- ABOUT THIS EXERCISE
In the records below, find the line with "extrude(amount=-F5_DEPTH)" and the line with "# FreeCAD 1.0 macro for this part". Print both exactly, along with every line between them, and no other line.

───── MATERIAL SUPPLIED ─────

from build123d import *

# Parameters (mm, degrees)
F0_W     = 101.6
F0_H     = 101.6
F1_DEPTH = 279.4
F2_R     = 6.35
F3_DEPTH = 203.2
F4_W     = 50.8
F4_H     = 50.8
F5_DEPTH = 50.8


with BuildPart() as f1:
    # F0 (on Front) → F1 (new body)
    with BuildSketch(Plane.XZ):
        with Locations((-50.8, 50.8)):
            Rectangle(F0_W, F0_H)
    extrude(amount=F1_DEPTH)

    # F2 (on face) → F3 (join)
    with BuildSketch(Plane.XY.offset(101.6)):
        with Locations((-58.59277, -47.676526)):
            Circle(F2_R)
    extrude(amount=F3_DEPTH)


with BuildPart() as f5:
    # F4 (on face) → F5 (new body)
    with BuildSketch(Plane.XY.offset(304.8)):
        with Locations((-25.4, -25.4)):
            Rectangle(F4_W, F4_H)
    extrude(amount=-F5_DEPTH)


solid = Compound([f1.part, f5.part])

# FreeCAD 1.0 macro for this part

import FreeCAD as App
import Part
import Sketcher
Q = App.Units.Quantity


def add_polygon(sketch, points):
    """Adds a closed chain of lines whose ends are joined by coincident constraints."""
    first, n = sketch.GeometryCount, len(points)
    for a, b in zip(points, points[1:] + points[:1]):
        sketch.addGeometry(Part.LineSegment(App.Vector(*a, 0), App.Vector(*b, 0)), False)
    for i in range(n):
        sketch.addConstraint(Sketcher.Constraint("Coincident", first + i, 2, first + (i + 1) % n, 1))

doc = App.newDocument("Part")
params = doc.addObject("Spreadsheet::Sheet", "Params")
for row, (alias, value) in enumerate([
    ("sketch1_width", "4 in"),
    ("pad1_length", "11 in"),
    ("sketch2_diameter", "0.5 in"),
    ("pad2_length", "8 in"),
    ("sketch3_width", "2 in"),
    ("pad3_length", "2 in"),
], start=1):
    params.set(f"A{row}", alias)
    params.set(f"B{row}", "=" + value)
    params.setAlias(f"B{row}", alias)

body = doc.addObject("PartDesign::Body", "Body")

sketch1 = doc.addObject("Sketcher::SketchObject", "Sketch")
body.addObject(sketch1)
sketch1.AttachmentSupport = (doc.XZ_Plane, [""])
sketch1.MapMode = "FlatFace"
add_polygon(sketch1, [(-102, 102), (-102, 0), (0, 0), (0, 102)])
sketch1.addConstraint(Sketcher.Constraint("Vertical", 0))
sketch1.addConstraint(Sketcher.Constraint("Horizontal", 1))
sketch1.addConstraint(Sketcher.Constraint("Vertical", 2))
sketch1.addConstraint(Sketcher.Constraint("Horizontal", 3))
sketch1.addConstraint(Sketcher.Constraint("Coincident", 1, 2, -1, 1))
sketch1.addConstraint(Sketcher.Constraint("Equal", 3, 0))
sketch1.addConstraint(Sketcher.Constraint("DistanceX", 1, 1, 1, 2, Q("4 in")))
sketch1.setExpression("Constraints[10]", "Params.sketch1_width")
pad1 = doc.addObject("PartDesign::Pad", "Pad")
body.addObject(pad1)
pad1.Profile = sketch1
pad1.setExpression("Length", "Params.pad1_length")

sketch2 = doc.addObject("Sketcher::SketchObject", "Sketch001")
body.addObject(sketch2)
sketch2.AttachmentSupport = (doc.XY_Plane, [""])
sketch2.MapMode = "FlatFace"
sketch2.AttachmentOffset = App.Placement(App.Vector(0, 0, 4 * 25.4), App.Rotation())
sketch2.addGeometry(Part.Circle(App.Vector(-59, -48, 0), App.Vector(0, 0, 1), 6), False)
sketch2.addConstraint(Sketcher.Constraint("Diameter", 0, Q("0.5 in")))
sketch2.addConstraint(Sketcher.Constraint("DistanceX", 0, 3, -1, 1, Q("58.59277 mm")))
sketch2.addConstraint(Sketcher.Constraint("DistanceY", 0, 3, -1, 1, Q("47.676526 mm")))
sketch2.setExpression("Constraints[0]", "Params.sketch2_diameter")
pad2 = doc.addObject("PartDesign::Pad", "Pad001")
body.addObject(pad2)
pad2.Profile = sketch2
pad2.setExpression("Length", "Params.pad2_length")
body2 = doc.addObject("PartDesign::Body", "Body001")

sketch3 = doc.addObject("Sketcher::SketchObject", "Sketch002")
body2.addObject(sketch3)
sketch3.AttachmentSupport = (doc.getObject("XY_Plane001"), [""])
sketch3.MapMode = "FlatFace"
sketch3.AttachmentOffset = App.Placement(App.Vector(0, 0, 12 * 25.4), App.Rotation())
add_polygon(sketch3, [(-51, 0), (-51, -51), (0, -51), (0, 0)])
sketch3.addConstraint(Sketcher.Constraint("Vertical", 0))
sketch3.addConstraint(Sketcher.Constraint("Horizontal", 1))
sketch3.addConstraint(Sketcher.Constraint("Vertical", 2))
sketch3.addConstraint(Sketcher.Constraint("Horizontal", 3))
sketch3.addConstraint(Sketcher.Constraint("Coincident", 2, 2, -1, 1))
sketch3.addConstraint(Sketcher.Constraint("Equal", 3, 0))
sketch3.addConstraint(Sketcher.Constraint("DistanceX", 1, 1, 1, 2, Q("2 in")))
sketch3.setExpression("Constraints[10]", "Params.sketch3_width")
pad3 = doc.addObject("PartDesign::Pad", "Pad002")
body2.addObject(pad3)
pad3.Profile = sketch3
pad3.setExpression("Length", "Params.pad3_length")
pad3.Reversed = True

doc.recompute()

─────

- ANSWER BELOW
    extrude(amount=-F5_DEPTH)


solid = Compound([f1.part, f5.part])

# FreeCAD 1.0 macro for this part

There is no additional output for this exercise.